▶ _WHAT YOU WILL DO_: Would you repeat exactly the part of the listing below that runs from the line containing "v41 (29.097101,-3.073143,-19.207147)" down to the line containing "e26 e2 -e53]", inclusive, and nothing else?

▶ _RECORDED DATA_:

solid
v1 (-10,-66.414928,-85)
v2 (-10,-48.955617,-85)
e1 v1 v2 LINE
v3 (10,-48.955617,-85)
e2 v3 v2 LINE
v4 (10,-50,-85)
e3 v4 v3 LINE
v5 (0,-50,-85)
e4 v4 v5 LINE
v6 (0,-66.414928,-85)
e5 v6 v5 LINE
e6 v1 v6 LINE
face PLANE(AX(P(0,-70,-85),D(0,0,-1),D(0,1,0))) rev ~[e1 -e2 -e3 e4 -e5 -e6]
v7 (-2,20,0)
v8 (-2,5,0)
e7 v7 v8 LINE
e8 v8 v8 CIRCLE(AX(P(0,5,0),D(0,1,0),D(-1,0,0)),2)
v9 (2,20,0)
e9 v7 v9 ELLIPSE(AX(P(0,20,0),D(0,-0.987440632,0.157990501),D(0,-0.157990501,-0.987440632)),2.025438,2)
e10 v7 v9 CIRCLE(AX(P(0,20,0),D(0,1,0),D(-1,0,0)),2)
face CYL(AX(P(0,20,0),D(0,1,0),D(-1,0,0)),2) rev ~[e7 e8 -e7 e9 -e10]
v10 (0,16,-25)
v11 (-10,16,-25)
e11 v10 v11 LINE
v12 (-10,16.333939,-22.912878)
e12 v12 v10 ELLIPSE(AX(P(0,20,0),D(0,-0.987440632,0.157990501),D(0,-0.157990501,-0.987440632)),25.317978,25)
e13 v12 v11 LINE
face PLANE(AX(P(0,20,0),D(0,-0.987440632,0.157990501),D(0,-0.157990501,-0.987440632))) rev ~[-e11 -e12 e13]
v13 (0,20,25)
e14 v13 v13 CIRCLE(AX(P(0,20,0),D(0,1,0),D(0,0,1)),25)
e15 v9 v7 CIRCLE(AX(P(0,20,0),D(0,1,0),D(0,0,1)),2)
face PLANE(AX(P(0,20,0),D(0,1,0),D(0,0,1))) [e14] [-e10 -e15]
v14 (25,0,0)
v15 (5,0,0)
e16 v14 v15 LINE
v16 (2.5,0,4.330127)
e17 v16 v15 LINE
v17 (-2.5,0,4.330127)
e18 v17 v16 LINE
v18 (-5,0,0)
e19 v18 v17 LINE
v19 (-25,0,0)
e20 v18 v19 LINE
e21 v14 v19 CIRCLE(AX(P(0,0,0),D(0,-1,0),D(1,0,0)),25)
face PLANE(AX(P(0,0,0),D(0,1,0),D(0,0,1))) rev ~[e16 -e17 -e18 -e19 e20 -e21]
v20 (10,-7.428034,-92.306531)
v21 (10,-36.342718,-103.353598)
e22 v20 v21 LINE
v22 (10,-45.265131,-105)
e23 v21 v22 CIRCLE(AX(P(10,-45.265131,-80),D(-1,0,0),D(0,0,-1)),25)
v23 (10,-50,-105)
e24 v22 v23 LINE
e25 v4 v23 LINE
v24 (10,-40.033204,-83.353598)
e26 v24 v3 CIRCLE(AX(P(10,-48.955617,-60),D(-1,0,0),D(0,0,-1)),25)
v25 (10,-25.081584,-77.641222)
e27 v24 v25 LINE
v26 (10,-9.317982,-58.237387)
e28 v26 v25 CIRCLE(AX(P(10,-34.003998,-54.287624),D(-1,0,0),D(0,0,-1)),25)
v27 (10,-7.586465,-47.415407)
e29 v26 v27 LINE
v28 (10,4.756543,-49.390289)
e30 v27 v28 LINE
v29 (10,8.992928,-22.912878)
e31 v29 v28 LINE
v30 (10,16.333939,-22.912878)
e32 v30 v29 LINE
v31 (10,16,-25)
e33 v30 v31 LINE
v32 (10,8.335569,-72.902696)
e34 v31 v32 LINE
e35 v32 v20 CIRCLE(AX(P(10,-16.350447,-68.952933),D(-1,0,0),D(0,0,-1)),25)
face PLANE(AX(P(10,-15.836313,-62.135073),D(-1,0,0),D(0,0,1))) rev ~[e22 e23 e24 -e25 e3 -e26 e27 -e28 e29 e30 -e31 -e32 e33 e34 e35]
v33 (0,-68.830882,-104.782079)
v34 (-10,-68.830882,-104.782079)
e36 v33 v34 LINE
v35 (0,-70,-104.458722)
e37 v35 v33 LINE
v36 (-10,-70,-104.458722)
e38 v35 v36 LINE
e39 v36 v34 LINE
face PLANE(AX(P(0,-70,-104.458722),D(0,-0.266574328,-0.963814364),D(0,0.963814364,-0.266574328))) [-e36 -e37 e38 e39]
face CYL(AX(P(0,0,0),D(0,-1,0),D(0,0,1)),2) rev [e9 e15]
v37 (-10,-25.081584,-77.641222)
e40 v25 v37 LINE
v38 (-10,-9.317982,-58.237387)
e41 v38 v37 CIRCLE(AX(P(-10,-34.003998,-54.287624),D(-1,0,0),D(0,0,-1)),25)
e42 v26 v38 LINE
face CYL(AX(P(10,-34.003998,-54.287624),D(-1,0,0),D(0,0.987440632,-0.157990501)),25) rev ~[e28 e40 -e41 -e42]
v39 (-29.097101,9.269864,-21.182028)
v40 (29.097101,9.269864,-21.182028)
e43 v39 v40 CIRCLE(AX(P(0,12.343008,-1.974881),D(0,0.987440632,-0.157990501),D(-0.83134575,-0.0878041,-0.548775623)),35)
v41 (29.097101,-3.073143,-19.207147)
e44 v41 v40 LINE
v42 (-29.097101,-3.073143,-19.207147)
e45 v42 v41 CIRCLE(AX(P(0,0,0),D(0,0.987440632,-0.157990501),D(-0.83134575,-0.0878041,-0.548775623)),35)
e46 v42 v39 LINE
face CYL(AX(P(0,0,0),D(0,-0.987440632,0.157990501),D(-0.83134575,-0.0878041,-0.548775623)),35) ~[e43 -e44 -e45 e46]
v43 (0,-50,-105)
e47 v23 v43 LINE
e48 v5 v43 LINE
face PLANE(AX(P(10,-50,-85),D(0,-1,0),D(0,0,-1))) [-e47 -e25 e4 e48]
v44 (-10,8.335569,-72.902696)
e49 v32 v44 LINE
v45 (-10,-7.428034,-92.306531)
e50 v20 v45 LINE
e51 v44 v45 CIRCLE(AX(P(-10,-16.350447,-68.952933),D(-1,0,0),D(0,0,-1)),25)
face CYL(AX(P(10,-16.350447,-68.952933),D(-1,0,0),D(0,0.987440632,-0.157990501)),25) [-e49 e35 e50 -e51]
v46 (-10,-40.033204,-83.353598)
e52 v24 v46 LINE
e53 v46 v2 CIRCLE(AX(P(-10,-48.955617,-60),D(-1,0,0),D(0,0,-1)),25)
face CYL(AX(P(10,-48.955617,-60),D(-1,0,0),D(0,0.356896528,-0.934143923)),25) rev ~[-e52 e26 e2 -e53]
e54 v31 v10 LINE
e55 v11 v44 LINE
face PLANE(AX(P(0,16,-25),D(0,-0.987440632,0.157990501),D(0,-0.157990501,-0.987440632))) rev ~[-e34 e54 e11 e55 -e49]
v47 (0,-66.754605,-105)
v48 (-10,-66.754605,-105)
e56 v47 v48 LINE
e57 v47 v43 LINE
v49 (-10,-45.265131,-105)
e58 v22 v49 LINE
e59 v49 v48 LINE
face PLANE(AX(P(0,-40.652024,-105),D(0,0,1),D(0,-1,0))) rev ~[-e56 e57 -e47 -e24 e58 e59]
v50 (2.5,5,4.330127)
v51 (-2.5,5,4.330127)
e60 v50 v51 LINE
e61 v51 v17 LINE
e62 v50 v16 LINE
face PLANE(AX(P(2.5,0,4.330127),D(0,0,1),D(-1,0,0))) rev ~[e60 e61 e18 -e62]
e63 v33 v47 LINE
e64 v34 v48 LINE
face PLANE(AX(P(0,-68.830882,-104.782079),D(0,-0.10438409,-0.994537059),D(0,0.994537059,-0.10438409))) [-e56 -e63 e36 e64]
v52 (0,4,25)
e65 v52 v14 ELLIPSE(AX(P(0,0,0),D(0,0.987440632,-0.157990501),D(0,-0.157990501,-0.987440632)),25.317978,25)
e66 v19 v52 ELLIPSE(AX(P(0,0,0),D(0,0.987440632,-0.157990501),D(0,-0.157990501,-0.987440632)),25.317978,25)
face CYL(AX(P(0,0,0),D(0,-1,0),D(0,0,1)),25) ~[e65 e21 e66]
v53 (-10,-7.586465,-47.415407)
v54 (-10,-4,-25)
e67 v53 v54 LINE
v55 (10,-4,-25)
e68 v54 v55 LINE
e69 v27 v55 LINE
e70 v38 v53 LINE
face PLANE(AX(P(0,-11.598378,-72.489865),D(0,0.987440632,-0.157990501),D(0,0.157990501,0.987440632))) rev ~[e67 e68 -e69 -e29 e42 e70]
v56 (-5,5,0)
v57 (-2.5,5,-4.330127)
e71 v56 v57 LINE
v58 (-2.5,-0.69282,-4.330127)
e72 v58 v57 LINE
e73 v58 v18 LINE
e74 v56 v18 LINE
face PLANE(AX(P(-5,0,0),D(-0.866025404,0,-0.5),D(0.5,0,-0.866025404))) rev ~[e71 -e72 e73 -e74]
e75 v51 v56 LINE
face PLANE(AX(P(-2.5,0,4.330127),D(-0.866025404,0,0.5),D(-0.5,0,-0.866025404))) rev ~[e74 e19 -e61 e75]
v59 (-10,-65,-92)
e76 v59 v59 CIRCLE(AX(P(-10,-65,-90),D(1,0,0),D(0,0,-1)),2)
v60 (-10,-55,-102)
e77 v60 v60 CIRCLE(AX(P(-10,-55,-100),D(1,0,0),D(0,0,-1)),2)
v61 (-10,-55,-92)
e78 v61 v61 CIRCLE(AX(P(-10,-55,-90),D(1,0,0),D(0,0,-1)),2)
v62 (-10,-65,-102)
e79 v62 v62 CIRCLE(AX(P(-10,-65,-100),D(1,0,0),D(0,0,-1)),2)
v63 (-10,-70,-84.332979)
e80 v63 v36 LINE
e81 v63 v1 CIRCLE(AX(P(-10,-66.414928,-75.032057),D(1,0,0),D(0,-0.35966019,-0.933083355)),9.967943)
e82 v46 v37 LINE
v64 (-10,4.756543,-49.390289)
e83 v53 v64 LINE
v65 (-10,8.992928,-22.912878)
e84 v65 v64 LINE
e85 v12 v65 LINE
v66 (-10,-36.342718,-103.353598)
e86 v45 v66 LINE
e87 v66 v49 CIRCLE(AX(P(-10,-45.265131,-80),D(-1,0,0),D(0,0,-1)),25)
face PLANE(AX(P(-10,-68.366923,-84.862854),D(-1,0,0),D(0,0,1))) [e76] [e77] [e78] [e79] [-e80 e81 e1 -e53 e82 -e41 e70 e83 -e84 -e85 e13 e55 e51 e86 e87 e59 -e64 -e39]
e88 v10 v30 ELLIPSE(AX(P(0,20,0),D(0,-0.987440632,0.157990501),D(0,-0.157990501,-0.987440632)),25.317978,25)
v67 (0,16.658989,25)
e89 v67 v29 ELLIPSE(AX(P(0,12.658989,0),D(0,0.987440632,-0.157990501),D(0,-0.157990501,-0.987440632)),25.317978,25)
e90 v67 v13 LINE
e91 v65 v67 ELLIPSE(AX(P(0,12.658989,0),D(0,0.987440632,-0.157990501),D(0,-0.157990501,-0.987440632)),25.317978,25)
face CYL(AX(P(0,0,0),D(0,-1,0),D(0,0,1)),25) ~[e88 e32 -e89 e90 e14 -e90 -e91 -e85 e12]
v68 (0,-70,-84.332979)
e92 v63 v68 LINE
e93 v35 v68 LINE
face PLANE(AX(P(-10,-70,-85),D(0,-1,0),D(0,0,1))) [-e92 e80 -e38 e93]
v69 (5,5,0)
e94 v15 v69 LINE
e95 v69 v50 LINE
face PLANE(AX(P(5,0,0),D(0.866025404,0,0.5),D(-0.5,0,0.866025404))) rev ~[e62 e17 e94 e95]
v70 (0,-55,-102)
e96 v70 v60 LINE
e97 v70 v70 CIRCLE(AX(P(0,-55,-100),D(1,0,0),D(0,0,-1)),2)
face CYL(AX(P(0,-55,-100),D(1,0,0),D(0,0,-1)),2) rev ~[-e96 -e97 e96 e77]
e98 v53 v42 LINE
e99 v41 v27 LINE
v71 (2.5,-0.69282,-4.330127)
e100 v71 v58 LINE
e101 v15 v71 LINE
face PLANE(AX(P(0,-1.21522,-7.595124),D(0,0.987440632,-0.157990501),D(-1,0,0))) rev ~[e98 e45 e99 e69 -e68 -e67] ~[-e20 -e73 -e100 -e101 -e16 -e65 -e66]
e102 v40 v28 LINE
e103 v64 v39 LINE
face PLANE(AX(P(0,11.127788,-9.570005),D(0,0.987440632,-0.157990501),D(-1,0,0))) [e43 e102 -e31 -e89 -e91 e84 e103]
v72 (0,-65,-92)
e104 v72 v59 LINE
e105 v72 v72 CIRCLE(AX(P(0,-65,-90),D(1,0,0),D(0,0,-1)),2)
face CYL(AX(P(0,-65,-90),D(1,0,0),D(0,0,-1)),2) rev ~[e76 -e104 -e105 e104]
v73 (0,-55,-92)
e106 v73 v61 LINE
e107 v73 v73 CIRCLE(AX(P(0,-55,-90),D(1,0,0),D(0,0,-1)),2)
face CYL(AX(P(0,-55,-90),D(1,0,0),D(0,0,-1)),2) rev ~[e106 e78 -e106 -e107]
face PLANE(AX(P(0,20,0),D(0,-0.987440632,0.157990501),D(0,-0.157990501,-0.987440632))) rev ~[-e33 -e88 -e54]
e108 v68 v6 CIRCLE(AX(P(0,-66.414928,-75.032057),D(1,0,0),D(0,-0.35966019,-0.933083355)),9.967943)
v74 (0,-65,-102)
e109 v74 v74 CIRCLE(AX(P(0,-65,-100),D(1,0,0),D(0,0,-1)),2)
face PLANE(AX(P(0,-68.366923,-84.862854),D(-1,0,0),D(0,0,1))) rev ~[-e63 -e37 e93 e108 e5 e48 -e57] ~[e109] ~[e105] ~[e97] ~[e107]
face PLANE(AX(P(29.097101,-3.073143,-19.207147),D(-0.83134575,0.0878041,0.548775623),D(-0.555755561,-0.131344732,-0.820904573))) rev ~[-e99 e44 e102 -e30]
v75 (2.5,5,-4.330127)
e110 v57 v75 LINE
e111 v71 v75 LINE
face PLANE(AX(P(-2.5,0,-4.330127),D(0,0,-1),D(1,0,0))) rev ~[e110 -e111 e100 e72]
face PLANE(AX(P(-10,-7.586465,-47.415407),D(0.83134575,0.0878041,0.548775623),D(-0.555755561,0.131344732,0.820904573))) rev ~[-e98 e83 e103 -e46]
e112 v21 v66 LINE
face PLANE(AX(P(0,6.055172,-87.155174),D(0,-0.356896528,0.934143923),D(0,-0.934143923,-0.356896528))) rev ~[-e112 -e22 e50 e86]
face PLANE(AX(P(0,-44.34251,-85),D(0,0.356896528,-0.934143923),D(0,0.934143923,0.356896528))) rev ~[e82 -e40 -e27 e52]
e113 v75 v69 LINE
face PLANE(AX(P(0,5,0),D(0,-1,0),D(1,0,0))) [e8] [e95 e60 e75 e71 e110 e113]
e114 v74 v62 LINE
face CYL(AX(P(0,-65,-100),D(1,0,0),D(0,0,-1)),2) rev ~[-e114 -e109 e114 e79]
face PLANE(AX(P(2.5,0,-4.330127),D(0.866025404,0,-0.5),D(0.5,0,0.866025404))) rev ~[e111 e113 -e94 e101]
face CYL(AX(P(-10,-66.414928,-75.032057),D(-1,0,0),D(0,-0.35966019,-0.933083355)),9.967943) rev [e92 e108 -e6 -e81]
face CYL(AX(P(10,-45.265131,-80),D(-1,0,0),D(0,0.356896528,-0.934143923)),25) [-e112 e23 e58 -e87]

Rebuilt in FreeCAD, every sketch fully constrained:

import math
import FreeCAD as App
import Part
import Sketcher
Q = App.Units.Quantity


def edges_at(feature, points):
    """Names of the edges that pass closest to the given points."""
    edges = feature.Shape.Edges
    near = lambda p: min(range(len(edges)), key=lambda i: edges[i].distToShape(Part.Vertex(*p))[0])
    return sorted({f"Edge{near(p) + 1}" for p in points})

doc = App.newDocument("Part")
body = doc.addObject("PartDesign::Body", "Body")

sketch1 = doc.addObject("Sketcher::SketchObject", "Sketch")
body.addObject(sketch1)
sketch1.AttachmentSupport = (doc.XZ_Plane, [""])
sketch1.MapMode = "FlatFace"
sketch1.addGeometry([
    Part.Circle(App.Vector(0, 0, 0), App.Vector(0, 0, 1), 25),
    Part.Circle(App.Vector(0, 0, 0), App.Vector(0, 0, 1), 2),
], False)
sketch1.addConstraint([
    Sketcher.Constraint("Coincident", 0, 3, -1, 1),
    Sketcher.Constraint("Coincident", 1, 3, -1, 1),
    Sketcher.Constraint("Diameter", 0, 50.0),
    Sketcher.Constraint("Diameter", 1, 4.0),
])
pad1 = doc.addObject("PartDesign::Pad", "Pad")
body.addObject(pad1)
pad1.Profile = sketch1
pad1.Length = 20
pad1.Reversed = True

▶ _RESULT OF THIS TASK_:
v41 (29.097101,-3.073143,-19.207147)
e44 v41 v40 LINE
v42 (-29.097101,-3.073143,-19.207147)
e45 v42 v41 CIRCLE(AX(P(0,0,0),D(0,0.987440632,-0.157990501),D(-0.83134575,-0.0878041,-0.548775623)),35)
e46 v42 v39 LINE
face CYL(AX(P(0,0,0),D(0,-0.987440632,0.157990501),D(-0.83134575,-0.0878041,-0.548775623)),35) ~[e43 -e44 -e45 e46]
v43 (0,-50,-105)
e47 v23 v43 LINE
e48 v5 v43 LINE
face PLANE(AX(P(10,-50,-85),D(0,-1,0),D(0,0,-1))) [-e47 -e25 e4 e48]
v44 (-10,8.335569,-72.902696)
e49 v32 v44 LINE
v45 (-10,-7.428034,-92.306531)
e50 v20 v45 LINE
e51 v44 v45 CIRCLE(AX(P(-10,-16.350447,-68.952933),D(-1,0,0),D(0,0,-1)),25)
face CYL(AX(P(10,-16.350447,-68.952933),D(-1,0,0),D(0,0.987440632,-0.157990501)),25) [-e49 e35 e50 -e51]
v46 (-10,-40.033204,-83.353598)
e52 v24 v46 LINE
e53 v46 v2 CIRCLE(AX(P(-10,-48.955617,-60),D(-1,0,0),D(0,0,-1)),25)
face CYL(AX(P(10,-48.955617,-60),D(-1,0,0),D(0,0.356896528,-0.934143923)),25) rev ~[-e52 e26 e2 -e53]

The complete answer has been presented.